SQL/MX Release 2.0 Best Practices

ManualsBrandsHP ManualsServerHP NonStop G-Series

Performance Tuning 46

The optimizer chooses specific access plans in subsequent steps of the query based upon the number of

rows expected from earlier steps. When the difference between the predicted and actual values is as

great as several million, the subsequent query steps often cannot deliver adequate performance. In

cases of severe data skewing, the optimizer has little chance of producing a fair plan. The optimizer might

choose a plan that is fast and efficient for small quantities of data but very expensive when large results

are returned unexpectedly.

This problem was relatively simple for the customer to correct by explicitly setting the range of values in

the catalog to more accurately represent the volume of data that would be selected.

Skewed data also can occur as data is loaded into the fact tables. Another customer had a table that

used a partition number column as the partitioning key, over which data rows were distributed. The

original intent was to round-robin rows over the range of partition numbers during the load processing

each month. However, the actual distribution of values was less balanced, with some partitions holding

several times more values than other partitions. This situation meant that ESPs accessing a large range

within one partition delayed the processing for the entire query. This situation also caused an imbalance

in the system use because only a few processors and disks worked on the query while others became idle

within a short time.

The original design was based on distributing rows over a subset of data volumes, for example, one for

each processor. Other customers have used the same approach with fairly good results. The ideal way to

load the data is to distribute the data to be queried as evenly as possible across all processors, and

possibly across all partitions.

Opinions differ regarding whether the data should be distributed in striped sets (where each set consists

of one disk partition for each processor), or across all partitions for the table. One benefit of using all

partitions is that increasing the number of processors does not invalidate the original partitioning strategy.
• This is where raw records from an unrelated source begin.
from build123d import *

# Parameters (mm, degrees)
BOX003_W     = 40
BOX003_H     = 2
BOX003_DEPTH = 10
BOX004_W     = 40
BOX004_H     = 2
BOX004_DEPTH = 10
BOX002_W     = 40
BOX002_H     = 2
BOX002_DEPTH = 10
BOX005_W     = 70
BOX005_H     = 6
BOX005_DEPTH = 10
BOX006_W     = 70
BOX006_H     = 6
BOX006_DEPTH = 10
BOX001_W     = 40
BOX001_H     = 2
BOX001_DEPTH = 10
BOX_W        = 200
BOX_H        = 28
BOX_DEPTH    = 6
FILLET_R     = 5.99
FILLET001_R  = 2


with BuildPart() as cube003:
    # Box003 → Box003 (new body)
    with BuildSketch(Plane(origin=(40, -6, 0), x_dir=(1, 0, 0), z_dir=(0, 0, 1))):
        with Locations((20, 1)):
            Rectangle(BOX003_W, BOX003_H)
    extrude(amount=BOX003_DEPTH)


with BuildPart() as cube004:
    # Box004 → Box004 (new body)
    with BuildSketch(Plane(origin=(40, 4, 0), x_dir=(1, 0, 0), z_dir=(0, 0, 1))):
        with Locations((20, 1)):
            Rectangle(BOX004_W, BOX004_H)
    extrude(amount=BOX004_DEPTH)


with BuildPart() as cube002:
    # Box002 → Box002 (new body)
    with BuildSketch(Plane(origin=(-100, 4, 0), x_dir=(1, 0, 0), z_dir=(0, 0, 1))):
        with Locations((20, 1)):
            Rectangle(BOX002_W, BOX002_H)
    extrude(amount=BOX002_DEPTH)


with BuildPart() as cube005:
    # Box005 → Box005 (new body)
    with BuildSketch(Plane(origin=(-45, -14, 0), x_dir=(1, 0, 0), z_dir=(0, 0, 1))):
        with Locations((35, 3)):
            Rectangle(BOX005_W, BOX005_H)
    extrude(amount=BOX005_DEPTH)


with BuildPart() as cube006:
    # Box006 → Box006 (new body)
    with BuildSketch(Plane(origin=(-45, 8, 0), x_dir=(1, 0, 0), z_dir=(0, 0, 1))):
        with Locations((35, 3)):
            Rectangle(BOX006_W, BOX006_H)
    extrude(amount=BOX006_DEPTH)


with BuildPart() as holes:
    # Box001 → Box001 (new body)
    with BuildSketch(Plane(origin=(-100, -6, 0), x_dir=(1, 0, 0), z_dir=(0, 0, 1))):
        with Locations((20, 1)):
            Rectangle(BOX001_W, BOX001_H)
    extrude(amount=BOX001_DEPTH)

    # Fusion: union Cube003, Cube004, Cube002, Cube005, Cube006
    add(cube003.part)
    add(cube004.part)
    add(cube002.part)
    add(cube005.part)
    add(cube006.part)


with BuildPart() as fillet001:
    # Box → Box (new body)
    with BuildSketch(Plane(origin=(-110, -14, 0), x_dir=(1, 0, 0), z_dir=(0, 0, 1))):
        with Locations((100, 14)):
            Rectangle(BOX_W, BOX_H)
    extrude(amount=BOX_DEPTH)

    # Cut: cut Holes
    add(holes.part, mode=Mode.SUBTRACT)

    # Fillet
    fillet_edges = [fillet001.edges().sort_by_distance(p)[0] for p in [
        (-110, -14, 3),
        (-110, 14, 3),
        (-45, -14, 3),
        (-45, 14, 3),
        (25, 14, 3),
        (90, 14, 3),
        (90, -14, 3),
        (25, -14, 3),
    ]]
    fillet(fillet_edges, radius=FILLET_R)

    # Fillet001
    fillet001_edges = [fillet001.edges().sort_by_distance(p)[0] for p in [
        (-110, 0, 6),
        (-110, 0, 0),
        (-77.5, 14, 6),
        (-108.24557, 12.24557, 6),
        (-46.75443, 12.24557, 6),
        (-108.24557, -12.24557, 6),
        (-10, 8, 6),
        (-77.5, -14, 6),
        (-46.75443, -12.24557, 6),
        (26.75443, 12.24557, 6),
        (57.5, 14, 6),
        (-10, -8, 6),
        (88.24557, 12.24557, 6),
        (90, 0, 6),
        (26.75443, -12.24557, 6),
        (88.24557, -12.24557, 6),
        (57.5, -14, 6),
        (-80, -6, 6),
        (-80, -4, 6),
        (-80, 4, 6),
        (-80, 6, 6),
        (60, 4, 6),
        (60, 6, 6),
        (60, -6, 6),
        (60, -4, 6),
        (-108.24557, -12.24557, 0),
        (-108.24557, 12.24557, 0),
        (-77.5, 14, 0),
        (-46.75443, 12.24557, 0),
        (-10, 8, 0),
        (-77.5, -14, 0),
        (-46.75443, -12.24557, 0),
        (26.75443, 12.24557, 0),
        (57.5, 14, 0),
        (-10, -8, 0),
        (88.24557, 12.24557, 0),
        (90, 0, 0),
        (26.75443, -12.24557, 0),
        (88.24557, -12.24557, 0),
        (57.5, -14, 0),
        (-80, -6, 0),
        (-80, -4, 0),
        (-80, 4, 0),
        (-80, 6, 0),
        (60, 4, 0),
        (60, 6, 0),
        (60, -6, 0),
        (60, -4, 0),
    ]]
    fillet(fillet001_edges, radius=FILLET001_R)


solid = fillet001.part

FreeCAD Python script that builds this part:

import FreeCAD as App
import Part
import Sketcher
Q = App.Units.Quantity


def edges_at(feature, points):
    """Names of the edges that pass closest to the given points."""
    edges = feature.Shape.Edges
    near = lambda p: min(range(len(edges)), key=lambda i: edges[i].distToShape(Part.Vertex(*p))[0])
    return sorted({f"Edge{near(p) + 1}" for p in points})


def add_polygon(sketch, points):
    """Adds a closed chain of lines whose ends are joined by coincident constraints."""
    first, n = sketch.GeometryCount, len(points)
    for a, b in zip(points, points[1:] + points[:1]):
        sketch.addGeometry(Part.LineSegment(App.Vector(*a, 0), App.Vector(*b, 0)), False)
    for i in range(n):
        sketch.addConstraint(Sketcher.Constraint("Coincident", first + i, 2, first + (i + 1) % n, 1))

doc = App.newDocument("Part")
body = doc.addObject("PartDesign::Body", "Body")

# Sketch on XY plane
sketch1 = body.newObject("Sketcher::SketchObject", "Sketch")
sketch1.AttachmentSupport = (doc.getObject("XY_Plane"), [""])
sketch1.MapMode = "FlatFace"
add_polygon(sketch1, [(40, -4), (40, -6), (80, -6), (80, -4)])  # lines 0-3
sketch1.addConstraint(Sketcher.Constraint("Vertical", 0))
sketch1.addConstraint(Sketcher.Constraint("Horizontal", 1))
sketch1.addConstraint(Sketcher.Constraint("Vertical", 2))
sketch1.addConstraint(Sketcher.Constraint("Horizontal", 3))
sketch1.addConstraint(Sketcher.Constraint("DistanceX", 1, 1, 1, 2, Q("40 mm")))
sketch1.addConstraint(Sketcher.Constraint("DistanceY", 0, 2, 0, 1, Q("2 mm")))
sketch1.addConstraint(Sketcher.Constraint("DistanceX", -1, 1, 0, 2, Q("40 mm")))
sketch1.addConstraint(Sketcher.Constraint("DistanceY", 0, 2, -1, 1, Q("6 mm")))
pad1 = body.newObject("PartDesign::Pad", "Pad")
pad1.Profile = sketch1
pad1.Length = 10
body2 = doc.addObject("PartDesign::Body", "Body001")

# Sketch on XY plane
sketch2 = body2.newObject("Sketcher::SketchObject", "Sketch001")
sketch2.AttachmentSupport = (doc.getObject("XY_Plane001"), [""])
sketch2.MapMode = "FlatFace"
add_polygon(sketch2, [(40, 6), (40, 4), (80, 4), (80, 6)])  # lines 0-3
sketch2.addConstraint(Sketcher.Constraint("Vertical", 0))
sketch2.addConstraint(Sketcher.Constraint("Horizontal", 1))
sketch2.addConstraint(Sketcher.Constraint("Vertical", 2))
sketch2.addConstraint(Sketcher.Constraint("Horizontal", 3))
sketch2.addConstraint(Sketcher.Constraint("DistanceX", 1, 1, 1, 2, Q("40 mm")))
sketch2.addConstraint(Sketcher.Constraint("DistanceY", 0, 2, 0, 1, Q("2 mm")))
sketch2.addConstraint(Sketcher.Constraint("DistanceX", -1, 1, 0, 2, Q("40 mm")))
sketch2.addConstraint(Sketcher.Constraint("DistanceY", -1, 1, 0, 2, Q("4 mm")))
pad2 = body2.newObject("PartDesign::Pad", "Pad001")
pad2.Profile = sketch2
pad2.Length = 10
body3 = doc.addObject("PartDesign::Body", "Body002")

# Sketch on XY plane
sketch3 = body3.newObject("Sketcher::SketchObject", "Sketch002")
sketch3.AttachmentSupport = (doc.getObject("XY_Plane002"), [""])
sketch3.MapMode = "FlatFace"
add_polygon(sketch3, [(-100, 6), (-100, 4), (-60, 4), (-60, 6)])  # lines 0-3
sketch3.addConstraint(Sketcher.Constraint("Vertical", 0))
sketch3.addConstraint(Sketcher.Constraint("Horizontal", 1))
sketch3.addConstraint(Sketcher.Constraint("Vertical", 2))
sketch3.addConstraint(Sketcher.Constraint("Horizontal", 3))
sketch3.addConstraint(Sketcher.Constraint("DistanceX", 1, 1, 1, 2, Q("40 mm")))
sketch3.addConstraint(Sketcher.Constraint("DistanceY", 0, 2, 0, 1, Q("2 mm")))
sketch3.addConstraint(Sketcher.Constraint("DistanceX", 0, 2, -1, 1, Q("100 mm")))
sketch3.addConstraint(Sketcher.Constraint("DistanceY", -1, 1, 0, 2, Q("4 mm")))
pad3 = body3.newObject("PartDesign::Pad", "Pad002")
pad3.Profile = sketch3
pad3.Length = 10
body4 = doc.addObject("PartDesign::Body", "Body003")

# Sketch on XY plane
sketch4 = body4.newObject("Sketcher::SketchObject", "Sketch003")
sketch4.AttachmentSupport = (doc.getObject("XY_Plane003"), [""])
sketch4.MapMode = "FlatFace"
add_polygon(sketch4, [(-45, -8), (-45, -14), (25, -14), (25, -8)])  # lines 0-3
sketch4.addConstraint(Sketcher.Constraint("Vertical", 0))
sketch4.addConstraint(Sketcher.Constraint("Horizontal", 1))
sketch4.addConstraint(Sketcher.Constraint("Vertical", 2))
sketch4.addConstraint(Sketcher.Constraint("Horizontal", 3))
sketch4.addConstraint(Sketcher.Constraint("DistanceX", 1, 1, 1, 2, Q("70 mm")))
sketch4.addConstraint(Sketcher.Constraint("DistanceY", 0, 2, 0, 1, Q("6 mm")))
sketch4.addConstraint(Sketcher.Constraint("DistanceX", 0, 2, -1, 1, Q("45 mm")))
sketch4.addConstraint(Sketcher.Constraint("DistanceY", 0, 2, -1, 1, Q("14 mm")))
pad4 = body4.newObject("PartDesign::Pad", "Pad003")
pad4.Profile = sketch4
pad4.Length = 10
body5 = doc.addObject("PartDesign::Body", "Body004")

# Sketch on XY plane
sketch5 = body5.newObject("Sketcher::SketchObject", "Sketch004")
sketch5.AttachmentSupport = (doc.getObject("XY_Plane004"), [""])
sketch5.MapMode = "FlatFace"
add_polygon(sketch5, [(-45, 14), (-45, 8), (25, 8), (25, 14)])  # lines 0-3
sketch5.addConstraint(Sketcher.Constraint("Vertical", 0))
sketch5.addConstraint(Sketcher.Constraint("Horizontal", 1))
sketch5.addConstraint(Sketcher.Constraint("Vertical", 2))
sketch5.addConstraint(Sketcher.Constraint("Horizontal", 3))
sketch5.addConstraint(Sketcher.Constraint("DistanceX", 1, 1, 1, 2, Q("70 mm")))
sketch5.addConstraint(Sketcher.Constraint("DistanceY", 0, 2, 0, 1, Q("6 mm")))
sketch5.addConstraint(Sketcher.Constraint("DistanceX", 0, 2, -1, 1, Q("45 mm")))
sketch5.addConstraint(Sketcher.Constraint("DistanceY", -1, 1, 0, 2, Q("8 mm")))
pad5 = body5.newObject("PartDesign::Pad", "Pad004")
pad5.Profile = sketch5
pad5.Length = 10
body6 = doc.addObject("PartDesign::Body", "Body005")
body6.AllowCompound = True

# Sketch on XY plane
sketch6 = body6.newObject("Sketcher::SketchObject", "Sketch005")
sketch6.AttachmentSupport = (doc.getObject("XY_Plane005"), [""])
sketch6.MapMode = "FlatFace"
add_polygon(sketch6, [(-100, -4), (-100, -6), (-60, -6), (-60, -4)])  # lines 0-3
sketch6.addConstraint(Sketcher.Constraint("Vertical", 0))
sketch6.addConstraint(Sketcher.Constraint("Horizontal", 1))
sketch6.addConstraint(Sketcher.Constraint("Vertical", 2))
sketch6.addConstraint(Sketcher.Constraint("Horizontal", 3))
sketch6.addConstraint(Sketcher.Constraint("DistanceX", 1, 1, 1, 2, Q("40 mm")))
sketch6.addConstraint(Sketcher.Constraint("DistanceY", 0, 2, 0, 1, Q("2 mm")))
sketch6.addConstraint(Sketcher.Constraint("DistanceX", 0, 2, -1, 1, Q("100 mm")))
sketch6.addConstraint(Sketcher.Constraint("DistanceY", 0, 2, -1, 1, Q("6 mm")))
pad6 = body6.newObject("PartDesign::Pad", "Pad005")
pad6.Profile = sketch6
pad6.Length = 10
doc.recompute()

boolean = body6.newObject("PartDesign::Boolean", "Boolean")
boolean.Type = "Fuse"
boolean.addObjects([body])
doc.recompute()

boolean2 = body6.newObject("PartDesign::Boolean", "Boolean001")
boolean2.Type = "Fuse"
boolean2.addObjects([body2])
doc.recompute()

boolean3 = body6.newObject("PartDesign::Boolean", "Boolean002")
boolean3.Type = "Fuse"
boolean3.addObjects([body3])
doc.recompute()

boolean4 = body6.newObject("PartDesign::Boolean", "Boolean003")
boolean4.Type = "Fuse"
boolean4.addObjects([body4])
doc.recompute()

boolean5 = body6.newObject("PartDesign::Boolean", "Boolean004")
boolean5.Type = "Fuse"
boolean5.addObjects([body5])
body7 = doc.addObject("PartDesign::Body", "Body006")

# Sketch on XY plane
sketch7 = body7.newObject("Sketcher::SketchObject", "Sketch006")
sketch7.AttachmentSupport = (doc.getObject("XY_Plane006"), [""])
sketch7.MapMode = "FlatFace"
add_polygon(sketch7, [(-110, 14), (-110, -14), (90, -14), (90, 14)])  # lines 0-3
sketch7.addConstraint(Sketcher.Constraint("Vertical", 0))
sketch7.addConstraint(Sketcher.Constraint("Horizontal", 1))
sketch7.addConstraint(Sketcher.Constraint("Vertical", 2))
sketch7.addConstraint(Sketcher.Constraint("Horizontal", 3))
sketch7.addConstraint(Sketcher.Constraint("DistanceX", 1, 1, 1, 2, Q("200 mm")))
sketch7.addConstraint(Sketcher.Constraint("DistanceY", 0, 2, 0, 1, Q("28 mm")))
sketch7.addConstraint(Sketcher.Constraint("DistanceX", 0, 2, -1, 1, Q("110 mm")))
sketch7.addConstraint(Sketcher.Constraint("DistanceY", 0, 2, -1, 1, Q("14 mm")))
pad7 = body7.newObject("PartDesign::Pad", "Pad006")
pad7.Profile = sketch7
pad7.Length = 6
doc.recompute()

boolean6 = body7.newObject("PartDesign::Boolean", "Boolean005")
boolean6.Type = "Cut"
boolean6.addObjects([body6])
doc.recompute()

fillet = body7.newObject("PartDesign::Fillet", "Fillet")
fillet.Base = (boolean6, edges_at(boolean6, [
    (-110, -14, 3),
    (-110, 14, 3),
    (-45, -14, 3),
    (-45, 14, 3),
    (25, 14, 3),
    (90, 14, 3),
    (90, -14, 3),
    (25, -14, 3),
]))
fillet.Radius = 5.99
doc.recompute()

fillet2 = body7.newObject("PartDesign::Fillet", "Fillet001")
fillet2.Base = (fillet, edges_at(fillet, [
    (-110, 0, 6),
    (-110, 0, 0),
    (-77.5, 14, 6),
    (-108.246, 12.246, 6),
    (-46.754, 12.246, 6),
    (-108.246, -12.246, 6),
    (-10, 8, 6),
    (-77.5, -14, 6),
    (-46.754, -12.246, 6),
    (26.754, 12.246, 6),
    (57.5, 14, 6),
    (-10, -8, 6),
    (88.246, 12.246, 6),
    (90, 0, 6),
    (26.754, -12.246, 6),
    (88.246, -12.246, 6),
    (57.5, -14, 6),
    (-80, -6, 6),
    (-80, -4, 6),
    (-80, 4, 6),
    (-80, 6, 6),
    (60, 4, 6),
    (60, 6, 6),
    (60, -6, 6),
    (60, -4, 6),
    (-108.246, -12.246, 0),
    (-108.246, 12.246, 0),
    (-77.5, 14, 0),
    (-46.754, 12.246, 0),
    (-10, 8, 0),
    (-77.5, -14, 0),
    (-46.754, -12.246, 0),
    (26.754, 12.246, 0),
    (57.5, 14, 0),
    (-10, -8, 0),
    (88.246, 12.246, 0),
    (90, 0, 0),
    (26.754, -12.246, 0),
    (88.246, -12.246, 0),
    (57.5, -14, 0),
    (-80, -6, 0),
    (-80, -4, 0),
    (-80, 4, 0),
    (-80, 6, 0),
    (60, 4, 0),
    (60, 6, 0),
    (60, -6, 0),
    (60, -4, 0),
]))
fillet2.Radius = 2

doc.recompute()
Another advantage of using all partitions is that each partition is smaller than if the data were clustered

over a few partitions, and more of the partitions are likely to contain the requested data. If some

partitions are skipped because of skewed data, it is less likely that only a few ESPs will contribute to the

query.

Another common problem involving skewed data arises when the dimension data distribution is skewed

over the predicate column or columns. This problem is most apparent when the dimension is selected as

the outer table.

As the outer table, each ESP reads its partition to select qualifying rows. If most rows are clustered within a

single partition, one ESP has the majority of rows to process. This plan effectively degrades into a serial

plan.

The solution involves either indexing the dimension table (and the optimizer selecting a different plan) or

distributing the dimension rows to eliminate the clustering effect.

Addressing Problems in Large Tables

Large tables present unique challenges for performance optimization. These problems arise in several

ways:

• Access through non-key columns

• No use of access through a subset of the primary key and MDAM query technology

• Frequent access to detail data that is aggregated

• Joins between large tables

The first two problems can be addressed by creating secondary indexes on the tables. Refer to the

“Design guidelines and considerations” section of this document for additional considerations for

secondary indexes. Use the SQL/MX database runtime statistics (the DISPLAY STATISTICS command) and

DISPLAY_EXPLAIN output to determine whether secondary indexes would benefit query performance.

Consider creating a secondary index when the DISPLAY_EXPLAIN output indicates that a column

predicate having a low selectivity will result in a table scan and the runtime statistics indicate a large

difference between rows accessed and rows used.